* Records *
------------------------------

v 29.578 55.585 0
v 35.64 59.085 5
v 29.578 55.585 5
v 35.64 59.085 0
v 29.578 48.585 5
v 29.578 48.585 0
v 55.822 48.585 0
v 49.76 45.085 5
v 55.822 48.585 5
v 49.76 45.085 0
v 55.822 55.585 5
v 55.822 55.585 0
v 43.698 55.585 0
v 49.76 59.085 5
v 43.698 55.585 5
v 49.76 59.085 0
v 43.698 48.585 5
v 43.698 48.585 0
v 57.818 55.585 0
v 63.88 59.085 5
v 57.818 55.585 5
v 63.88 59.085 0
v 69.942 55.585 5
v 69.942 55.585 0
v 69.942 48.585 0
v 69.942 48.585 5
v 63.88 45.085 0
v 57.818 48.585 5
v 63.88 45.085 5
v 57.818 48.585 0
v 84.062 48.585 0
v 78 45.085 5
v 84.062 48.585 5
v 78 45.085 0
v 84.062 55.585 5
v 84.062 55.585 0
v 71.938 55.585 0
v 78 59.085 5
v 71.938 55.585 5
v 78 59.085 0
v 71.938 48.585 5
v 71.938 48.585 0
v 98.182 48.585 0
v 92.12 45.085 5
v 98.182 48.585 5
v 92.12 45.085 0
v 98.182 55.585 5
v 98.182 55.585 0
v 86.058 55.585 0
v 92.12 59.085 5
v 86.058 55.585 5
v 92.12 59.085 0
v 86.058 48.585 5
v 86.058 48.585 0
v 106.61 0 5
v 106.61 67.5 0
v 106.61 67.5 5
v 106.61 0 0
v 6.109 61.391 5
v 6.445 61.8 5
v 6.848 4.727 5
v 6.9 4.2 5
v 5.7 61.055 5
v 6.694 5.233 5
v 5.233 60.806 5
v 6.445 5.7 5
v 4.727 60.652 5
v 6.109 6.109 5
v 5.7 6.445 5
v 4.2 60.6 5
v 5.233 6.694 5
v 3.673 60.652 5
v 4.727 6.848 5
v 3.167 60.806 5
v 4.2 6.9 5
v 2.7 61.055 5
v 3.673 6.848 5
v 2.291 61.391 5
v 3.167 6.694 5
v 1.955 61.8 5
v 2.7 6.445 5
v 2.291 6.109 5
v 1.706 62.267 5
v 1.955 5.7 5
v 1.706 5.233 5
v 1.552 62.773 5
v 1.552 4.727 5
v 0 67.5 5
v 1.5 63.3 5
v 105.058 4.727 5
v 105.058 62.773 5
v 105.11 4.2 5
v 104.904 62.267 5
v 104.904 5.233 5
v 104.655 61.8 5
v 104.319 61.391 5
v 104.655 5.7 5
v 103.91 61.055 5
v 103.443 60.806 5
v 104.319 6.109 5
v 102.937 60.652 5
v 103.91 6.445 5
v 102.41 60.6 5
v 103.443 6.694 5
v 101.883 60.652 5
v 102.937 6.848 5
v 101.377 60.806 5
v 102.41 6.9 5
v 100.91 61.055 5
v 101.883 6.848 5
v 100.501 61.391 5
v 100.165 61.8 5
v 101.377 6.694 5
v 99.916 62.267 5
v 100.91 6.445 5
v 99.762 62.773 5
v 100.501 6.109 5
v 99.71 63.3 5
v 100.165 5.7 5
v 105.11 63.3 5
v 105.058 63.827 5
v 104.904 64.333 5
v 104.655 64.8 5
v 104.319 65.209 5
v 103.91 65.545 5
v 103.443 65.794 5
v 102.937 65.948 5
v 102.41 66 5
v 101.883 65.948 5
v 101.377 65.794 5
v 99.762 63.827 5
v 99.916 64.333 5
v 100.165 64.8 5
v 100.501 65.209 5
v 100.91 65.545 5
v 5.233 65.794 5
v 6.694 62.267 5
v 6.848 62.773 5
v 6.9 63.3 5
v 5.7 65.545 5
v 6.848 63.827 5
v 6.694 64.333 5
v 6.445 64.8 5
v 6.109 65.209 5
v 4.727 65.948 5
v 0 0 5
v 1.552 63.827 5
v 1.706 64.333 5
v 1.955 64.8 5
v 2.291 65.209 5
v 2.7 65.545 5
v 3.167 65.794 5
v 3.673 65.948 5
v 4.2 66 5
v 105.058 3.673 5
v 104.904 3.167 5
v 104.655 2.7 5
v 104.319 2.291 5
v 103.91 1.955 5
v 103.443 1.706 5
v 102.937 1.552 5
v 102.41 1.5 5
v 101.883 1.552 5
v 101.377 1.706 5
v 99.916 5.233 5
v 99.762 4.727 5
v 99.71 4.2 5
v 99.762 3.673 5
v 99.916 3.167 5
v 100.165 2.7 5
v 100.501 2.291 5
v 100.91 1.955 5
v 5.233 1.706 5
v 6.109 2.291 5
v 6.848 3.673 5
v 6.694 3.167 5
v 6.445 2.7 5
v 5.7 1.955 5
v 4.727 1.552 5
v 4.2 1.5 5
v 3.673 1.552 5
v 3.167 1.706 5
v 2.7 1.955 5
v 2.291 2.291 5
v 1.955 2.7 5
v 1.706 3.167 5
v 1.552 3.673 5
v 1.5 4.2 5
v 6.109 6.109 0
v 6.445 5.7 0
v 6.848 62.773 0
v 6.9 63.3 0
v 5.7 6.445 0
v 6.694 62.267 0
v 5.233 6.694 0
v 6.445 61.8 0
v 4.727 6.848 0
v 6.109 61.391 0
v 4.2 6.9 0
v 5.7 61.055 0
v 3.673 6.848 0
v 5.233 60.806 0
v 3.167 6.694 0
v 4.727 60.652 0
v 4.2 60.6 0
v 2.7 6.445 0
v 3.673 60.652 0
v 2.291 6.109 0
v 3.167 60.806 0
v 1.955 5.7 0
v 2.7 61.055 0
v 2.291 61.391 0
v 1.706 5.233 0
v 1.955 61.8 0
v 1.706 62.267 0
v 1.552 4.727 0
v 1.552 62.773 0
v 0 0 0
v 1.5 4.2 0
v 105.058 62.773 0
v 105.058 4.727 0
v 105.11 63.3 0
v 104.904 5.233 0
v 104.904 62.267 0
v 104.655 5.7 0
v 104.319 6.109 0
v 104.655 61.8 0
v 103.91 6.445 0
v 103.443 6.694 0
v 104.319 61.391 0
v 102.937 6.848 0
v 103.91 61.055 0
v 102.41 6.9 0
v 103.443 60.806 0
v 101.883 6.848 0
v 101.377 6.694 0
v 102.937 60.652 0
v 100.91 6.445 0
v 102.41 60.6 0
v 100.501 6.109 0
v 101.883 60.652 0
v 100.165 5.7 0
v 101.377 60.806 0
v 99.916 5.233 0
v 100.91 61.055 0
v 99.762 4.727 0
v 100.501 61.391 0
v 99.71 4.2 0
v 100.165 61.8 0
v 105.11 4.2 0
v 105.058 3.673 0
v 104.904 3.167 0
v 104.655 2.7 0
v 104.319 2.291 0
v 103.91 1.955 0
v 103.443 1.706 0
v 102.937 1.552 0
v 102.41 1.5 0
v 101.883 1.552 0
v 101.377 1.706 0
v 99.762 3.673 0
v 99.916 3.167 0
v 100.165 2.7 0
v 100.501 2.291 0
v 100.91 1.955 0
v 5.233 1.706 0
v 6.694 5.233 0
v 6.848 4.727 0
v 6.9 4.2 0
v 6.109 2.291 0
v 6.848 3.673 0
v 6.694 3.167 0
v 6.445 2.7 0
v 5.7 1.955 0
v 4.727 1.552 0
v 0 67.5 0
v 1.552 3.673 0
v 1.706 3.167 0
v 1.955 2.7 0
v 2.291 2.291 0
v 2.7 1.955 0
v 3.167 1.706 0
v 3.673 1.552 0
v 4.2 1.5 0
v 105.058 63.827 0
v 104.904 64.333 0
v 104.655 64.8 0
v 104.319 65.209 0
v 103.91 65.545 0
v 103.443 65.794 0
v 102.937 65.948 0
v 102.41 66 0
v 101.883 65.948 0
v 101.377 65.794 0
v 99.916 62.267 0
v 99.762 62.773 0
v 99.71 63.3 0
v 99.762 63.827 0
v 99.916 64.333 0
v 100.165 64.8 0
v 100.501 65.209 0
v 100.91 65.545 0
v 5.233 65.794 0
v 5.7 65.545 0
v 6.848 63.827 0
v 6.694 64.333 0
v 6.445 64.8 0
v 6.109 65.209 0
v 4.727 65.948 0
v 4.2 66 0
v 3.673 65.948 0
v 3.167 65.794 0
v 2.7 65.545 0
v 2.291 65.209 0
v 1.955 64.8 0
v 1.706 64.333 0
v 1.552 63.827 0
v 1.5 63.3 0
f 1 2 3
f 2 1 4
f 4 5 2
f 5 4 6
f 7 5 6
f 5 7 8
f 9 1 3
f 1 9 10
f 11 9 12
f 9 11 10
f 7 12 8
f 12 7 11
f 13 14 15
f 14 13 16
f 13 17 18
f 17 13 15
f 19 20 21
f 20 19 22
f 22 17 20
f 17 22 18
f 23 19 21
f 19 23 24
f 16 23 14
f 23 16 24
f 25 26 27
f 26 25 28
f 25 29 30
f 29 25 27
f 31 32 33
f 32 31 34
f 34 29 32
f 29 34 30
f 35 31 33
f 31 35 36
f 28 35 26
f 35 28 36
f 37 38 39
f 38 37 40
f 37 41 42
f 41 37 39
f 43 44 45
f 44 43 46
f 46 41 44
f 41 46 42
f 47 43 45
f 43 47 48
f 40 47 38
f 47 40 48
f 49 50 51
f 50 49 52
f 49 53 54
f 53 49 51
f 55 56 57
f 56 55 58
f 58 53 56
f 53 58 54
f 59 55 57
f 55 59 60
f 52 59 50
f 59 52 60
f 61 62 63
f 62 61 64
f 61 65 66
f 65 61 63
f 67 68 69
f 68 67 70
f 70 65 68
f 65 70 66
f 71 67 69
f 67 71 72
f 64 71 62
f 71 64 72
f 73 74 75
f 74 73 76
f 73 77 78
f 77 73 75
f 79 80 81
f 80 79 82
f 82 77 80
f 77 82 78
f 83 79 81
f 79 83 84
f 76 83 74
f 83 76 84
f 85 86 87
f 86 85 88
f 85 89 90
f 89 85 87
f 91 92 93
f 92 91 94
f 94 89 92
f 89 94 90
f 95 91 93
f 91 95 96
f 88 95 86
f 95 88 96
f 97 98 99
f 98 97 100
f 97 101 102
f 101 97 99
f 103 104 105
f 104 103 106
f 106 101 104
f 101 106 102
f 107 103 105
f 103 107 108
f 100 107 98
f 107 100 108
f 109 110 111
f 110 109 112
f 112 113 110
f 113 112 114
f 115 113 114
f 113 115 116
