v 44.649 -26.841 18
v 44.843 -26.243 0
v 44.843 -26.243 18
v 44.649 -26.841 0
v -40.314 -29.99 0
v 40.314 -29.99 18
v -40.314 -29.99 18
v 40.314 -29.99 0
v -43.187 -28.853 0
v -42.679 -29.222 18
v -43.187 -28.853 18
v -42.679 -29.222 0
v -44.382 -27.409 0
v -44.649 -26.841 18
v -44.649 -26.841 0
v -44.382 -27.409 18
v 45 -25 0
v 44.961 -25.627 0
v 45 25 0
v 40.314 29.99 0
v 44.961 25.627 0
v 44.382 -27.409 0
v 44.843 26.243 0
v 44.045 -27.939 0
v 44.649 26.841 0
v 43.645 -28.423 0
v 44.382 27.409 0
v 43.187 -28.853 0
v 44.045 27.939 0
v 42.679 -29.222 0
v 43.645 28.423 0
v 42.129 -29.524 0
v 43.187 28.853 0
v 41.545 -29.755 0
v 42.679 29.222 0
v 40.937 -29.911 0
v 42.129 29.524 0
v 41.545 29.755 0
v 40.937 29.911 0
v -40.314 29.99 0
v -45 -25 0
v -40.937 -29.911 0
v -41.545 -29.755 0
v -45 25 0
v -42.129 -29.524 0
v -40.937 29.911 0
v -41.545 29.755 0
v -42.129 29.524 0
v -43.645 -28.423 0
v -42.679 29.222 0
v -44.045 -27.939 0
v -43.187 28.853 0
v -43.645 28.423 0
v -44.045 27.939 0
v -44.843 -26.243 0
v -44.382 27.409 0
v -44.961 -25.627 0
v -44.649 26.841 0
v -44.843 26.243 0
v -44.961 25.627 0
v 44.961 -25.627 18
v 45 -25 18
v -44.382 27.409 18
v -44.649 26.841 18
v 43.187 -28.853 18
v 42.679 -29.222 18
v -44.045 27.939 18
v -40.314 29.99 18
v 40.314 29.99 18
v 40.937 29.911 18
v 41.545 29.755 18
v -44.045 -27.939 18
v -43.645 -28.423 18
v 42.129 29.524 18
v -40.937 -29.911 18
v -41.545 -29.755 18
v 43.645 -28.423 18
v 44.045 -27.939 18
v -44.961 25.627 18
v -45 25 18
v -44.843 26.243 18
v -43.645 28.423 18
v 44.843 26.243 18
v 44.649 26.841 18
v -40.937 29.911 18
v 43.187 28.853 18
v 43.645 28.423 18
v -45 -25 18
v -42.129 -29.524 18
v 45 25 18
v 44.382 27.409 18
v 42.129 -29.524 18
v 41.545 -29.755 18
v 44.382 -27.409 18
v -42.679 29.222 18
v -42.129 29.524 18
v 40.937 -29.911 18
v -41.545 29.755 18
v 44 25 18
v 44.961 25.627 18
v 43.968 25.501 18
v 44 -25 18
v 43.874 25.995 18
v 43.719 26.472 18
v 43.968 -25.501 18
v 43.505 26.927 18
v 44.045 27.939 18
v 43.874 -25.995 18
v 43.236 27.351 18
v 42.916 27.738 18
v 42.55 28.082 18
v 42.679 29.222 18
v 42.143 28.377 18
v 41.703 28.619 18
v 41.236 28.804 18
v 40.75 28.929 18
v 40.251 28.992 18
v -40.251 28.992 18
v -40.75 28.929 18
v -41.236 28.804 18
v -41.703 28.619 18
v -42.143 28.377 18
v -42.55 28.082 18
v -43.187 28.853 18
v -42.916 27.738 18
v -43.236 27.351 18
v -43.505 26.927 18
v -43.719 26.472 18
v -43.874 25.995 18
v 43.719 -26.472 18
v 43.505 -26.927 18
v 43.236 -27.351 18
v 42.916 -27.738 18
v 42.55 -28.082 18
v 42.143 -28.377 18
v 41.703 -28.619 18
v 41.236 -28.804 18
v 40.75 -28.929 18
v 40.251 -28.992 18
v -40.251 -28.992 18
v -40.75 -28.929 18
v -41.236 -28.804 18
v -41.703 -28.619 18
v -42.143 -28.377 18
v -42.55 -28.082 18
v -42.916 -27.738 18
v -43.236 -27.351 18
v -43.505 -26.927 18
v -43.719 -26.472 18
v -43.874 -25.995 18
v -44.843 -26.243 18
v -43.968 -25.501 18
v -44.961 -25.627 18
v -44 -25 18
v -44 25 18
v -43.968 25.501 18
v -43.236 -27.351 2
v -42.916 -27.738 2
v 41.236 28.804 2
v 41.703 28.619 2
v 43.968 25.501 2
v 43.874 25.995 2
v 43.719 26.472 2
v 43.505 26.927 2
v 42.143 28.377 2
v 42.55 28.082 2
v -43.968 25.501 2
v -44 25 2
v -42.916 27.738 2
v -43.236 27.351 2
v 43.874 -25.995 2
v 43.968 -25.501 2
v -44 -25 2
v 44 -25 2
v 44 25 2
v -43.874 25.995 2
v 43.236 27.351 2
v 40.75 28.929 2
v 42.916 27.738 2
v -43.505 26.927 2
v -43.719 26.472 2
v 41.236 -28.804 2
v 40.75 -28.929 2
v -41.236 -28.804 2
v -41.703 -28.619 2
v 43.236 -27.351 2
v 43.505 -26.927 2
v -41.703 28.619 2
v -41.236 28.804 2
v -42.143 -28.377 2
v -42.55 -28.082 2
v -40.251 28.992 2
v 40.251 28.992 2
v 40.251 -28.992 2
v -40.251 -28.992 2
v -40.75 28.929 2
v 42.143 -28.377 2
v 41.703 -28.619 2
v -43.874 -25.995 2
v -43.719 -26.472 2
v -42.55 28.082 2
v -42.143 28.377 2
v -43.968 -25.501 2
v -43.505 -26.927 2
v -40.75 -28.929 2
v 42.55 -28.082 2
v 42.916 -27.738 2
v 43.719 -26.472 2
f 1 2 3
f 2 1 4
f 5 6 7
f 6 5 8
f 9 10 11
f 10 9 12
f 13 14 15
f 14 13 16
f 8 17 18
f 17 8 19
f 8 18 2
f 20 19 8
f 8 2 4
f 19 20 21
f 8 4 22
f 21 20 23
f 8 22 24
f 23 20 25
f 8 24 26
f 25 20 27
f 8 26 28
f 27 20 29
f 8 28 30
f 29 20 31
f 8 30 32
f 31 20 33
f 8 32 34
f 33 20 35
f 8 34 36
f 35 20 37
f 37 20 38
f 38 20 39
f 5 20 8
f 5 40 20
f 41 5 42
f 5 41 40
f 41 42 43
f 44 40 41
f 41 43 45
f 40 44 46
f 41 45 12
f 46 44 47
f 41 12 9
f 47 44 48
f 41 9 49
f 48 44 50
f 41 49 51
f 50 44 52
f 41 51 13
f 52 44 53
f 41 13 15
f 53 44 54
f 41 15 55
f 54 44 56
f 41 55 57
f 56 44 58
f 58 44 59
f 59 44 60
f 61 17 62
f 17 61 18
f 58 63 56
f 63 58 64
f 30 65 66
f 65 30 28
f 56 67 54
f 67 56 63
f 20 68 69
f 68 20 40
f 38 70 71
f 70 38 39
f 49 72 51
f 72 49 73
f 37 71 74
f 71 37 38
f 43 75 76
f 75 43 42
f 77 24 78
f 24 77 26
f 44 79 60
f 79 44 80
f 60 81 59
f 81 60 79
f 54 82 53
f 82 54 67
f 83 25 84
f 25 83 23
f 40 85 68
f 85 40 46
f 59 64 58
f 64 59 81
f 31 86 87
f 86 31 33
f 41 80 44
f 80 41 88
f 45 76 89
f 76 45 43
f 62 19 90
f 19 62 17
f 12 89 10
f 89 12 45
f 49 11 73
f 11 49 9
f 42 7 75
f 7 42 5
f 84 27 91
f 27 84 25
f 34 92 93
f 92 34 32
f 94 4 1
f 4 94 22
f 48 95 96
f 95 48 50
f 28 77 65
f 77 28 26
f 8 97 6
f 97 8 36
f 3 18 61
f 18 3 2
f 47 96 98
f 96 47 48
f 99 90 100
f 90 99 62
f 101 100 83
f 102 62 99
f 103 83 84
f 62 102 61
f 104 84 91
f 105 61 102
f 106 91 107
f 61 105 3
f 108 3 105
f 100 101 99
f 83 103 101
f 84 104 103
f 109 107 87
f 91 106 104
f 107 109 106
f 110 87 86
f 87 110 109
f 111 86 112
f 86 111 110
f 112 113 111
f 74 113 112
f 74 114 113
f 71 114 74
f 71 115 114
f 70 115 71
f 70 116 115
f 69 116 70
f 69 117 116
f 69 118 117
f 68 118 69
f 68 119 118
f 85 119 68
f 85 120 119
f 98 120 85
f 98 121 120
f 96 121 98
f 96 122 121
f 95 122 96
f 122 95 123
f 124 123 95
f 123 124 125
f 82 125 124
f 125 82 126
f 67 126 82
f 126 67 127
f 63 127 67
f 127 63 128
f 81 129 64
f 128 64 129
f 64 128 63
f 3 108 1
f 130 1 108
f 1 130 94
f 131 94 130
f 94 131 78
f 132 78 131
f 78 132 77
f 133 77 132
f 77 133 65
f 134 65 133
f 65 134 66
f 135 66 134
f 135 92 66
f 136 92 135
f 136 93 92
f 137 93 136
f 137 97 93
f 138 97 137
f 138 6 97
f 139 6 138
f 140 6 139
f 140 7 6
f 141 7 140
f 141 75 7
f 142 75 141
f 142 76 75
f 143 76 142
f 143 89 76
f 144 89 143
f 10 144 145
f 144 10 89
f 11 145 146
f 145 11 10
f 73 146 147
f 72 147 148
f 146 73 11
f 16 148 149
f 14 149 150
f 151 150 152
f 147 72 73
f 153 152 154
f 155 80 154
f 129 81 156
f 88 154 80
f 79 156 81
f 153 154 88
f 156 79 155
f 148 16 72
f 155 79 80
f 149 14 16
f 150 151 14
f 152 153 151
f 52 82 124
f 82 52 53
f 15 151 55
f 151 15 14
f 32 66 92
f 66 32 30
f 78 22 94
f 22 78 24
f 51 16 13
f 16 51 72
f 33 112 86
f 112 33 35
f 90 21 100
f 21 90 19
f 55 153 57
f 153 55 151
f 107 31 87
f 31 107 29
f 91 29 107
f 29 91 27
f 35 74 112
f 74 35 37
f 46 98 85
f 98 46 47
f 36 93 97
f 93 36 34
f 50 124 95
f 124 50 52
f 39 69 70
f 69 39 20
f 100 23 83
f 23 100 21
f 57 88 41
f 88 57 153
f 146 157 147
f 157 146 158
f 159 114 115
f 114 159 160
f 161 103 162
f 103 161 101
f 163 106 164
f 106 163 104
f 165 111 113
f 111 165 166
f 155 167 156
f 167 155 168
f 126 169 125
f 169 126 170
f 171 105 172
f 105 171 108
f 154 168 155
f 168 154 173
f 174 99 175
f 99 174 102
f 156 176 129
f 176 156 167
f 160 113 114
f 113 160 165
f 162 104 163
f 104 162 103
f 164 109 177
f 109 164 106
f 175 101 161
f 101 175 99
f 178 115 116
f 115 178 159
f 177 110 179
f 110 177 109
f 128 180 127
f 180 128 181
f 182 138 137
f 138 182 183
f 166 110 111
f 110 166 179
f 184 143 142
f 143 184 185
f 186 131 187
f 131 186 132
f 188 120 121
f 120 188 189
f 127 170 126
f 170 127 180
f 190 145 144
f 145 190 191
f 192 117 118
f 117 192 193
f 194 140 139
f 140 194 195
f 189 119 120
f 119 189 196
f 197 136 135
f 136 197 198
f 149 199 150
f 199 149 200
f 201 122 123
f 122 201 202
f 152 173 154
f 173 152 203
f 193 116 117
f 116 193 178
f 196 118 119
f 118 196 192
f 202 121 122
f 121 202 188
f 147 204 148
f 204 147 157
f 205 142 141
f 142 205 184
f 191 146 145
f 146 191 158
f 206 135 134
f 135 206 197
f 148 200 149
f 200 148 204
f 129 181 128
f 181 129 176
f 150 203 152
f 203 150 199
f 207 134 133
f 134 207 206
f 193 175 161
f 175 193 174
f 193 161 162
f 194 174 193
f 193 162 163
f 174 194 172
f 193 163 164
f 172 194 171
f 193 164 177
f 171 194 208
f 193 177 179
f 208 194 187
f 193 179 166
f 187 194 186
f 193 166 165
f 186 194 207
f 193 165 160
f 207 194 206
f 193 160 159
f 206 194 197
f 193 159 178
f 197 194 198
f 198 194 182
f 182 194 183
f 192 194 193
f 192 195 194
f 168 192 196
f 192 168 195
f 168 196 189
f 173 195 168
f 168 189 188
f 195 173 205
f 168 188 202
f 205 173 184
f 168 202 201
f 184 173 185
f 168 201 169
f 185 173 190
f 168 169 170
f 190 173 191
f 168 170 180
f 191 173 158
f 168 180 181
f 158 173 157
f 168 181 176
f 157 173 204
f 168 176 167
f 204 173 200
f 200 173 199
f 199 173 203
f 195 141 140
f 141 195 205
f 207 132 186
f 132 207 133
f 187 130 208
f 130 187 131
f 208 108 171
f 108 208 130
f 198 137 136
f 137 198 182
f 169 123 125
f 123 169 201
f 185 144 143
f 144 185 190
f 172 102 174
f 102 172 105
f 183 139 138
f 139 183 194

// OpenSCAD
$fn = 50;


difference() {
	union() {
		hull() {
			translate(v = [-40.0000000000, 25.0000000000, 0]) {
				cylinder(h = 18, r = 5);
			}
			translate(v = [40.0000000000, 25.0000000000, 0]) {
				cylinder(h = 18, r = 5);
			}
			translate(v = [-40.0000000000, -25.0000000000, 0]) {
				cylinder(h = 18, r = 5);
			}
			translate(v = [40.0000000000, -25.0000000000, 0]) {
				cylinder(h = 18, r = 5);
			}
		}
	}
	union() {
		translate(v = [0, 0, 2]) {
			hull() {
				translate(v = [-40.0000000000, 25.0000000000, 0]) {
					cylinder(h = 16, r = 4);
				}
				translate(v = [40.0000000000, 25.0000000000, 0]) {
					cylinder(h = 16, r = 4);
				}
				translate(v = [-40.0000000000, -25.0000000000, 0]) {
					cylinder(h = 16, r = 4);
				}
				translate(v = [40.0000000000, -25.0000000000, 0]) {
					cylinder(h = 16, r = 4);
				}
			}
		}
	}
}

------------------------------

* Task to complete *
Using the entries above, output exactly the lines between the line holding "v 100.91 6.445 5" and the line holding "v 99.71 4.2 5", end lines included, and nothing more.

* Result of the task *
v 100.91 6.445 5
v 99.762 62.773 5
v 100.501 6.109 5
v 99.71 63.3 5
v 100.165 5.7 5
v 105.11 63.3 5
v 105.058 63.827 5
v 104.904 64.333 5
v 104.655 64.8 5
v 104.319 65.209 5
v 103.91 65.545 5
v 103.443 65.794 5
v 102.937 65.948 5
v 102.41 66 5
v 101.883 65.948 5
v 101.377 65.794 5
v 99.762 63.827 5
v 99.916 64.333 5
v 100.165 64.8 5
v 100.501 65.209 5
v 100.91 65.545 5
v 5.233 65.794 5
v 6.694 62.267 5
v 6.848 62.773 5
v 6.9 63.3 5
v 5.7 65.545 5
v 6.848 63.827 5
v 6.694 64.333 5
v 6.445 64.8 5
v 6.109 65.209 5
v 4.727 65.948 5
v 0 0 5
v 1.552 63.827 5
v 1.706 64.333 5
v 1.955 64.8 5
v 2.291 65.209 5
v 2.7 65.545 5
v 3.167 65.794 5
v 3.673 65.948 5
v 4.2 66 5
v 105.058 3.673 5
v 104.904 3.167 5
v 104.655 2.7 5
v 104.319 2.291 5
v 103.91 1.955 5
v 103.443 1.706 5
v 102.937 1.552 5
v 102.41 1.5 5
v 101.883 1.552 5
v 101.377 1.706 5
v 99.916 5.233 5
v 99.762 4.727 5
v 99.71 4.2 5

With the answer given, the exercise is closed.